Kajda est un mot d’origine indienne qui désigne des formules rythmiques.
Au Kosovo de nos jours il est utilisé par les musiciens roms, femmes et hommes efféminés.
Marginaux parmi les marginaux, une poignée de musiciens sont les interprètes d’une tradition musicale unique et centrale dans la vie culturelle de tous les habitants d’un pays.

Au début du 20ème siècle, suite à la création du royaume de Serbie et Monténégro, fut institué le service militaire obligatoire. Les conscrits en provenance du Kosovo bougeaient différemment par rapport aux soldats d’autres origines régionales. Les supérieurs se résignèrent à l’évidente nécessité d’instituer des cours spéciaux où l’on enseignait aux soldats kosovars à marcher au rythme binaire des tambours comme les autres militaires.

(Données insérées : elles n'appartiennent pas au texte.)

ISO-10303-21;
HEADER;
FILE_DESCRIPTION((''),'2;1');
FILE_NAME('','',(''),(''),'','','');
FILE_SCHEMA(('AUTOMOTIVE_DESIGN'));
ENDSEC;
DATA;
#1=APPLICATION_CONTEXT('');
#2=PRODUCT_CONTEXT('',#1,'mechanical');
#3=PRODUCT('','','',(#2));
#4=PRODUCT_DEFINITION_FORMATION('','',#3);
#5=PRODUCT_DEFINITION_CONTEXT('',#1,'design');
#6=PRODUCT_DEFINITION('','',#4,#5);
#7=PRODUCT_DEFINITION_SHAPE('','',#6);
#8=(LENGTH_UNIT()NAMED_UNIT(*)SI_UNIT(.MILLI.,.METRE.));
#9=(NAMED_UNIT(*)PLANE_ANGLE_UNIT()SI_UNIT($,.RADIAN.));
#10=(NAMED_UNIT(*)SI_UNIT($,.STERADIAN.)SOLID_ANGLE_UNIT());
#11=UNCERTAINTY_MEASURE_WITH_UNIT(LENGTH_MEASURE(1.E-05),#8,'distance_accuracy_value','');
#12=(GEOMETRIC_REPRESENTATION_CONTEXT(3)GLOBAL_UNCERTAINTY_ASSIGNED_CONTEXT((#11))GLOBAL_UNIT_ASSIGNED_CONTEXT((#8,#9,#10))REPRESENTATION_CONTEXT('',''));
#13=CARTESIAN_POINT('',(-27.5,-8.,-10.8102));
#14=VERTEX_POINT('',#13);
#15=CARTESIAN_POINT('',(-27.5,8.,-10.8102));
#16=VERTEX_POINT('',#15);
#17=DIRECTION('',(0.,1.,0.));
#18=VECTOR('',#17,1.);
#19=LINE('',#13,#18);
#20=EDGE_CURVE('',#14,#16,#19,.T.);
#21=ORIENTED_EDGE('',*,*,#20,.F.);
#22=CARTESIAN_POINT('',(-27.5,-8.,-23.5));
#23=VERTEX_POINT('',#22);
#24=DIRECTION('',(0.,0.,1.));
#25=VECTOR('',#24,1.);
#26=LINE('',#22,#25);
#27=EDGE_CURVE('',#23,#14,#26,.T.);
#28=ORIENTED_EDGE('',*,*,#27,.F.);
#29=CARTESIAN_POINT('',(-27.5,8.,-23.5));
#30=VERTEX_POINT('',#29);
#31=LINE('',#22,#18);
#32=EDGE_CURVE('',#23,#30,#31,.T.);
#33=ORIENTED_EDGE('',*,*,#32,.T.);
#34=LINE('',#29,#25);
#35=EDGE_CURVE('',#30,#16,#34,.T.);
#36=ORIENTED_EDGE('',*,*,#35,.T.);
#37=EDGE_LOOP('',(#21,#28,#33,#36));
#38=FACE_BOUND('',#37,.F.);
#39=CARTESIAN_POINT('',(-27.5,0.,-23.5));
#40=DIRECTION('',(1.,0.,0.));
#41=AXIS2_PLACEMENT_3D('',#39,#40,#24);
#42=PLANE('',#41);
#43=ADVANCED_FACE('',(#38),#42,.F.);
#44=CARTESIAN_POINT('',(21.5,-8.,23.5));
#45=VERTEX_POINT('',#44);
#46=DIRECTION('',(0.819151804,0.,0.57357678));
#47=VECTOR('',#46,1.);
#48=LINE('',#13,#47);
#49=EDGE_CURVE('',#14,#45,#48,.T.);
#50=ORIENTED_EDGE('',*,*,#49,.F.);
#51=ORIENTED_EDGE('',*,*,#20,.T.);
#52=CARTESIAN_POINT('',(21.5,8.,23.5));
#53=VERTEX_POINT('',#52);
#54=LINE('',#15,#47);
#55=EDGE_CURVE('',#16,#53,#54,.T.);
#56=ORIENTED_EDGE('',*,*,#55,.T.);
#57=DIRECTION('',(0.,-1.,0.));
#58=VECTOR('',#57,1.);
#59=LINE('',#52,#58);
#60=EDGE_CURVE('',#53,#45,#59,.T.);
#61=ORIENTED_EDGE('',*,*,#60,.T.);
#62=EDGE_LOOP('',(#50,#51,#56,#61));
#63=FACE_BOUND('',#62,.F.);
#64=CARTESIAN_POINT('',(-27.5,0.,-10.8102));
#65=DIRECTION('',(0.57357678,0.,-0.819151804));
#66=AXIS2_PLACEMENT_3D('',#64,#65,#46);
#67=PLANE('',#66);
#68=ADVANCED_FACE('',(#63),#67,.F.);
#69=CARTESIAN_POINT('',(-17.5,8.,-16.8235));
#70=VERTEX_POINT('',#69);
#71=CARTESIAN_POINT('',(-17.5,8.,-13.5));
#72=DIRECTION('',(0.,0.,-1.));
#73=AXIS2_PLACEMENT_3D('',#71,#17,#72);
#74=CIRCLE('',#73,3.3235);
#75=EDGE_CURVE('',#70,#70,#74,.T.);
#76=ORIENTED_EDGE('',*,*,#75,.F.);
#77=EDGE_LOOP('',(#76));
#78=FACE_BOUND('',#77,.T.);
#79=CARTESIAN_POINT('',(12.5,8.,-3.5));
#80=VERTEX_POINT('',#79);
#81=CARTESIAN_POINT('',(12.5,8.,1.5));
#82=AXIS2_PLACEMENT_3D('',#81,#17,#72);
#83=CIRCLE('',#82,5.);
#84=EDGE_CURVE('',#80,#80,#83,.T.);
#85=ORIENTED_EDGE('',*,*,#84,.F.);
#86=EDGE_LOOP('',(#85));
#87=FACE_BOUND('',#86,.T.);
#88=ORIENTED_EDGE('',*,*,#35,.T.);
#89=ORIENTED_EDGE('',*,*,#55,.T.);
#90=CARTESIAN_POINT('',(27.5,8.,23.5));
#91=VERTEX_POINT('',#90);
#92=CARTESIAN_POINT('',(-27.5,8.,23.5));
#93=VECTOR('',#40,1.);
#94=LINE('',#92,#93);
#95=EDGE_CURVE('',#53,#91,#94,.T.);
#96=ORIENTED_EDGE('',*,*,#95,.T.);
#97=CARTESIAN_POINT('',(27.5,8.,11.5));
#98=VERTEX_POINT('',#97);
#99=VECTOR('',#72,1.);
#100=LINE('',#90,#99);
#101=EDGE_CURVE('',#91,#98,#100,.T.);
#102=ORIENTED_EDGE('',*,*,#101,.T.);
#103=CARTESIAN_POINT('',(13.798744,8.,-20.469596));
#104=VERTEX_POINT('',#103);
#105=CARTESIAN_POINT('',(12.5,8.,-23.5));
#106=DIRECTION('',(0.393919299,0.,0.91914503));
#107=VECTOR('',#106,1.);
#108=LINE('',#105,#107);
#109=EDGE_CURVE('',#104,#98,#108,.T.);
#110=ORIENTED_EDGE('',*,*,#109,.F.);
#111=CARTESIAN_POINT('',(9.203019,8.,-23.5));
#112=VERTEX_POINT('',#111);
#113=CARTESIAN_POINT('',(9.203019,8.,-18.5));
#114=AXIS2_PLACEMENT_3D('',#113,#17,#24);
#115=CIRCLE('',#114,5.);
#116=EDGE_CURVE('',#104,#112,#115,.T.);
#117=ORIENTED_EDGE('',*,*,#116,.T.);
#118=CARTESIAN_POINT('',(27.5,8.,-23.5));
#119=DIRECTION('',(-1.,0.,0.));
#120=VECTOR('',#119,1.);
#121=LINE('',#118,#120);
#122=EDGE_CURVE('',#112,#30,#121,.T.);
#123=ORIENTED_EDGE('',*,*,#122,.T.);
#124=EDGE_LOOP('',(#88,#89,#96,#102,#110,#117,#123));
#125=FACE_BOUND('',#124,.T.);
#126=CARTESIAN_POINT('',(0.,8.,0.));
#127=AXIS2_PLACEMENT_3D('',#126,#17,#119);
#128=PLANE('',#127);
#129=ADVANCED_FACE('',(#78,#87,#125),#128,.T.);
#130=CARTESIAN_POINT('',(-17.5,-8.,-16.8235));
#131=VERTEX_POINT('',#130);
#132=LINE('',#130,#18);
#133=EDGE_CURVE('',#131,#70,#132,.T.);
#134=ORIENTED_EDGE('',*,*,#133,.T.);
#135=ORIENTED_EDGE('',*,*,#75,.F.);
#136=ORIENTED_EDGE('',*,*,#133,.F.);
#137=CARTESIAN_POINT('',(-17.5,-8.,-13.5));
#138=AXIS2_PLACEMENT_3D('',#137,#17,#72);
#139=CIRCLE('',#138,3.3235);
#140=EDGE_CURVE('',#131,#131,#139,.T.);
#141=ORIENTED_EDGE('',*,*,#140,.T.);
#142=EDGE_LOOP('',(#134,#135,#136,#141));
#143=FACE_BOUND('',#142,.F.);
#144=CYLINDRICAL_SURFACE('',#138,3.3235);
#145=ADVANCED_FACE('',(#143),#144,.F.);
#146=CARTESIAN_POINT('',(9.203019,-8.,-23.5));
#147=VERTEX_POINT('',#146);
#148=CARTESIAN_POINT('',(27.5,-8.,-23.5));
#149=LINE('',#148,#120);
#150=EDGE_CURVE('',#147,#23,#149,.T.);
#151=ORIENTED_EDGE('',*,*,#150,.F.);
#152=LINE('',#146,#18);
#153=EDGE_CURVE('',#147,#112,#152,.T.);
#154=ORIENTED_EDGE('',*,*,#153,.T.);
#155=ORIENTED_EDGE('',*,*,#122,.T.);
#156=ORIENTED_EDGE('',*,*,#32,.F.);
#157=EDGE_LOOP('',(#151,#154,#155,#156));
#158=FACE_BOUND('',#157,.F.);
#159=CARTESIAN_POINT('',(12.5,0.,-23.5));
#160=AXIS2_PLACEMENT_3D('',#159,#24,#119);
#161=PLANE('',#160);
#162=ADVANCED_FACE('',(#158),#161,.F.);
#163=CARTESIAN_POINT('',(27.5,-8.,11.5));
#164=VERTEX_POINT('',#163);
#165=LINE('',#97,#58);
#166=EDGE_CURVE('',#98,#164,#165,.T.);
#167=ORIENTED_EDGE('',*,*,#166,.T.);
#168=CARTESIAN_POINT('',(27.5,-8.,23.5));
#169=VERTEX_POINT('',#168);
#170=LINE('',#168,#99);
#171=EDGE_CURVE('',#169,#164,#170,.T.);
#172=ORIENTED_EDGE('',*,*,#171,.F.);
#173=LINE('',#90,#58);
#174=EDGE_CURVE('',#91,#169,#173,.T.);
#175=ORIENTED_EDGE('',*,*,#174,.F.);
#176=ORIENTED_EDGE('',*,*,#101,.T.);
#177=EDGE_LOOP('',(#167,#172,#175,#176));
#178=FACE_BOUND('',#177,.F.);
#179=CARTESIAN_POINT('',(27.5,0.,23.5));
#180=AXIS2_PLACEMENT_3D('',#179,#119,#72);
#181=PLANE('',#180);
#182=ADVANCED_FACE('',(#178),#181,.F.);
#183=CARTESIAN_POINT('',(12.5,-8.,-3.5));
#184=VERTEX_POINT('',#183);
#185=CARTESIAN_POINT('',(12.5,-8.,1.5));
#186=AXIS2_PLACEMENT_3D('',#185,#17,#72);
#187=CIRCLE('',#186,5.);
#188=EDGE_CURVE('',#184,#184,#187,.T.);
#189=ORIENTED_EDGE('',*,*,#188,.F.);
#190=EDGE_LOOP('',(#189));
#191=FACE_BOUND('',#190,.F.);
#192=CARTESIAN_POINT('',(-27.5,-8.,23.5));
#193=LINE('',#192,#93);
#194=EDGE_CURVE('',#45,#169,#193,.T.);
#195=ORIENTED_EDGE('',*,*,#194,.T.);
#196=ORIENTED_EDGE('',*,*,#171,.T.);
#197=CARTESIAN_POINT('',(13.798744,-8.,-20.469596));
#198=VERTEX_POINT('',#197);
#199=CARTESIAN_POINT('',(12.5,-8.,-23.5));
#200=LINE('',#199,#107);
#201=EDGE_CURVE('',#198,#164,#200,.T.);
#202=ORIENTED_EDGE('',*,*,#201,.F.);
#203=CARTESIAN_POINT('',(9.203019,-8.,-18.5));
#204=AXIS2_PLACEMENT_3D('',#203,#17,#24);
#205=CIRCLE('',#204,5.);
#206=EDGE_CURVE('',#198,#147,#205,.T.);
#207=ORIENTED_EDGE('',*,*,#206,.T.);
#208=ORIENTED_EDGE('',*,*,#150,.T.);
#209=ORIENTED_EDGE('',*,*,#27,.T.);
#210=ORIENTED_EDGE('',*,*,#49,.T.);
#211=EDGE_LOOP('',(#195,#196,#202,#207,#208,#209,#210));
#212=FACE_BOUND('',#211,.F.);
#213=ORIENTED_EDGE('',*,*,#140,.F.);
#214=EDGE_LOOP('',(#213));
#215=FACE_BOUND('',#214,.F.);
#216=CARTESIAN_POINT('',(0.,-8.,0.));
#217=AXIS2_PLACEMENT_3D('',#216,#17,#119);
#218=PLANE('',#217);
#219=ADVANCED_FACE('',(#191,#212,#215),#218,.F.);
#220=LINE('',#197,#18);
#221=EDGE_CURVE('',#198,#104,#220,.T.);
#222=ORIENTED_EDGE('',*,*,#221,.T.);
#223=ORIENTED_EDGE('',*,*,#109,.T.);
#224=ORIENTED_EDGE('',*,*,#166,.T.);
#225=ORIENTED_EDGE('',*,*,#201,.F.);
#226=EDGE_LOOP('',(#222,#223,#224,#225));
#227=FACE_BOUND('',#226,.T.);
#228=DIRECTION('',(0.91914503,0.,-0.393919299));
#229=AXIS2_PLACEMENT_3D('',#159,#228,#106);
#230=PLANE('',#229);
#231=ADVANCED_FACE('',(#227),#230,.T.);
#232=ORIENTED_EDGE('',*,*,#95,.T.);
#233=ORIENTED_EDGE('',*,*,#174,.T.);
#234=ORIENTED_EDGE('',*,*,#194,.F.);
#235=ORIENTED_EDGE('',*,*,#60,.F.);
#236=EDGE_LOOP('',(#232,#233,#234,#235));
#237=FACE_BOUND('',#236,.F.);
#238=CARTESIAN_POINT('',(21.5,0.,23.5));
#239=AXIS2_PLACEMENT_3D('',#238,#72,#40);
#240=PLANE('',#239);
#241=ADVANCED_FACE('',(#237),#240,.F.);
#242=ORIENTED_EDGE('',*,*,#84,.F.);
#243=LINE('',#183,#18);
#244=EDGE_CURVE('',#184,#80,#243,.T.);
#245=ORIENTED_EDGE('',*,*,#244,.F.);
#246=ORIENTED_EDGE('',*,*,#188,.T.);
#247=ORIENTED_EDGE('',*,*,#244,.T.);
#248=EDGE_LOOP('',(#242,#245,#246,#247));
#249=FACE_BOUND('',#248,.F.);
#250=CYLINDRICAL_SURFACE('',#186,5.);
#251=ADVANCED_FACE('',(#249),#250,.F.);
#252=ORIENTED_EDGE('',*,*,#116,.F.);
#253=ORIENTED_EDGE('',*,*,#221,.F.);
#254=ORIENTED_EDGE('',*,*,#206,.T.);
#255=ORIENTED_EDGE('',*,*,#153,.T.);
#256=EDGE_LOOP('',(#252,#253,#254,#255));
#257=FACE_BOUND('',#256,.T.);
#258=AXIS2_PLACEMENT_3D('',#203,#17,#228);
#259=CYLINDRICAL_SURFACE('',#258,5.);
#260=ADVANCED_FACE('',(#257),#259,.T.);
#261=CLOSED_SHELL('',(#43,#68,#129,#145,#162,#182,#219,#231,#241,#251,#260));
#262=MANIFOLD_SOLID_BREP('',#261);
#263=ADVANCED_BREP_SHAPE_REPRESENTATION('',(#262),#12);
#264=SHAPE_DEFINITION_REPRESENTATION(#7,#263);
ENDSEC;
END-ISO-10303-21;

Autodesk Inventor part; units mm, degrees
ref_plane "YZ Plane" through (0, 0, 0) normal (1, 0, 0) x (0, 1, 0)
ref_plane "XZ Plane" through (0, 0, 0) normal (0, 1, 0) x (-1, 0, 0)
ref_plane "XY Plane" through (0, 0, 0) normal (0, 0, 1) x (1, 0, 0)
sketch "Sketch2" plane through (0, 0, 0) normal (0, 1, 0) x (-1, 0, 0)
  line L0 (-27.5, -23.5) -> (27.5, -23.5)
  line L1 (27.5, -23.5) -> (27.5, 23.5)
  line L2 (27.5, 23.5) -> (-27.5, 23.5)
  line L3 (-27.5, 23.5) -> (-27.5, -23.5)
  line L4 (-27.5, -23.5) -> (27.5, 23.5) construction
  line L5 (27.5, -23.5) -> (-27.5, 23.5) construction
  line L6 (27.5, -10.8102) -> (-21.5, 23.5)
  line L7 (-12.5, -23.5) -> (-27.5, 11.5)
  point P0 (0, 0)
  dimension "d1" = 55
  dimension "d2" = 47
  dimension "d3" = 15
  dimension "d4" = 6
  dimension "d5" = 35
  dimension "d28" = 35
  dimension "d29" = 12.6898
extrude "Extrusion1" add sketch "Sketch2" along normal mid plane 16 contours L7 L3 L2 L6 L1 L0
sketch "Sketch3" plane through (0, -8, 0) normal (0, -1, 0) x (1, 0, 0)
  line L0 (-27.5, -23.5) -> (12.5, -23.5) projected
  line L1 (27.5, 11.5) -> (27.5, 23.5) projected
  point P0 (0, 0)
  point P1 (12.5, 1.5)
  dimension "d9" = 25
  dimension "d10" = 15
hole "Hole1" at (12.5, -8, 1.5) direction (0, 1, 0) diameter 10 end through all
sketch "Sketch4" plane through (0, -8, 0) normal (0, -1, 0) x (1, 0, 0)
  line L0 (-27.5, -23.5) -> (12.5, -23.5) projected
  line L1 (27.5, 11.5) -> (27.5, 23.5) projected
  point P0 (0, 0)
  point P1 (-17.5, -13.5)
  dimension "d18" = 10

Au Kosovo, le sens du rythme s’est développé d’une manière unique : les structures rythmiques sont fondées sur la juxtaposition de durées non proportionnelles.

Cela produit des formes musicales qui sont parmi les plus complexes et sophistiquées au monde.
Ces traditions sont le produit d’une interprétation de la musique locale faite par des musiciens spécialisés issus de la communauté Rom.

Ainsi, une minorité marginalisée est devenue indispensable à la survie de la culture des autres groupes ethniques : Albanais, Turcs, Serbes, Gorans.
Au centre de cette tradition, au Kosovo occidental, se trouvent des suites de danses chantées et jouées avec le tambourin pendant les parties des rites exclusivement réservées aux femmes.

Les joueurs sont des couples de musiciens professionnels roms, femmes ou hommes efféminés.

La relation entre tambourin, rites féminins, travestitisme et homosexualité est attestée de l’antiquité jusqu’à aujourd’hui dans une zone géographique très étendue, qui va de l’Inde au bassin de la Méditerranée. Le culte de Cybèle, déesse noire, était officié par des femmes ou des hommes travestis ou émasculés qui jouaient du tambourin.
Les marginaux parmi les marginaux sont donc les héritiers et les interprètes d’une tradition antique, refaçonnée d’une manière tout à fait particulière.

Les textes chantés s’articulent sur des mélodies qui restent inchangées au cours de l’exécution.
La structure rythmique, cependant, change constamment : dans un seul morceau se succèdent parfois plus de vingt formules rythmiques différentes, basées sur des valeurs de durée non proportionnelle, impossibles à transcrire dans la notation occidentale.

Il s’agit d’une conception musicale radicalement différente de la nôtre : l’évolution mélodique et harmonique est inexistante, tandis que le rythme est d’une complexité extrême par rapport à la plupart des traditions musicales du monde.

Les formules rythmiques qui sont à la base de ce répertoire sont dénommées kajda par les musiciens. Ce mot romani n’appartient à aucune des langues parlées dans les Balkans.

Comme les ancêtres des musiciens roms, il provient d’Inde du nord.
Kajda raconte cette tradition musicale et ses protagonistes, dans le Kosovo de nos jours.
Le tournage de Kajda a commencé au Kosovo, dans la région de Prizren, en 2008, et a continué jusqu’à l’automne 2011 grâce à des financements de l’Université de Bologne. Le film est sorti en DVD accompagné d’un livre photographique et ethnomusicologique sur cette tradition musicale.
Nico Staiti, le réalisateur est professeur d’ethnomusicologie et organologie à l’Université de Bologne. Le film couronne une recherche ethnographique qu’il a commencé il y a vingt ans.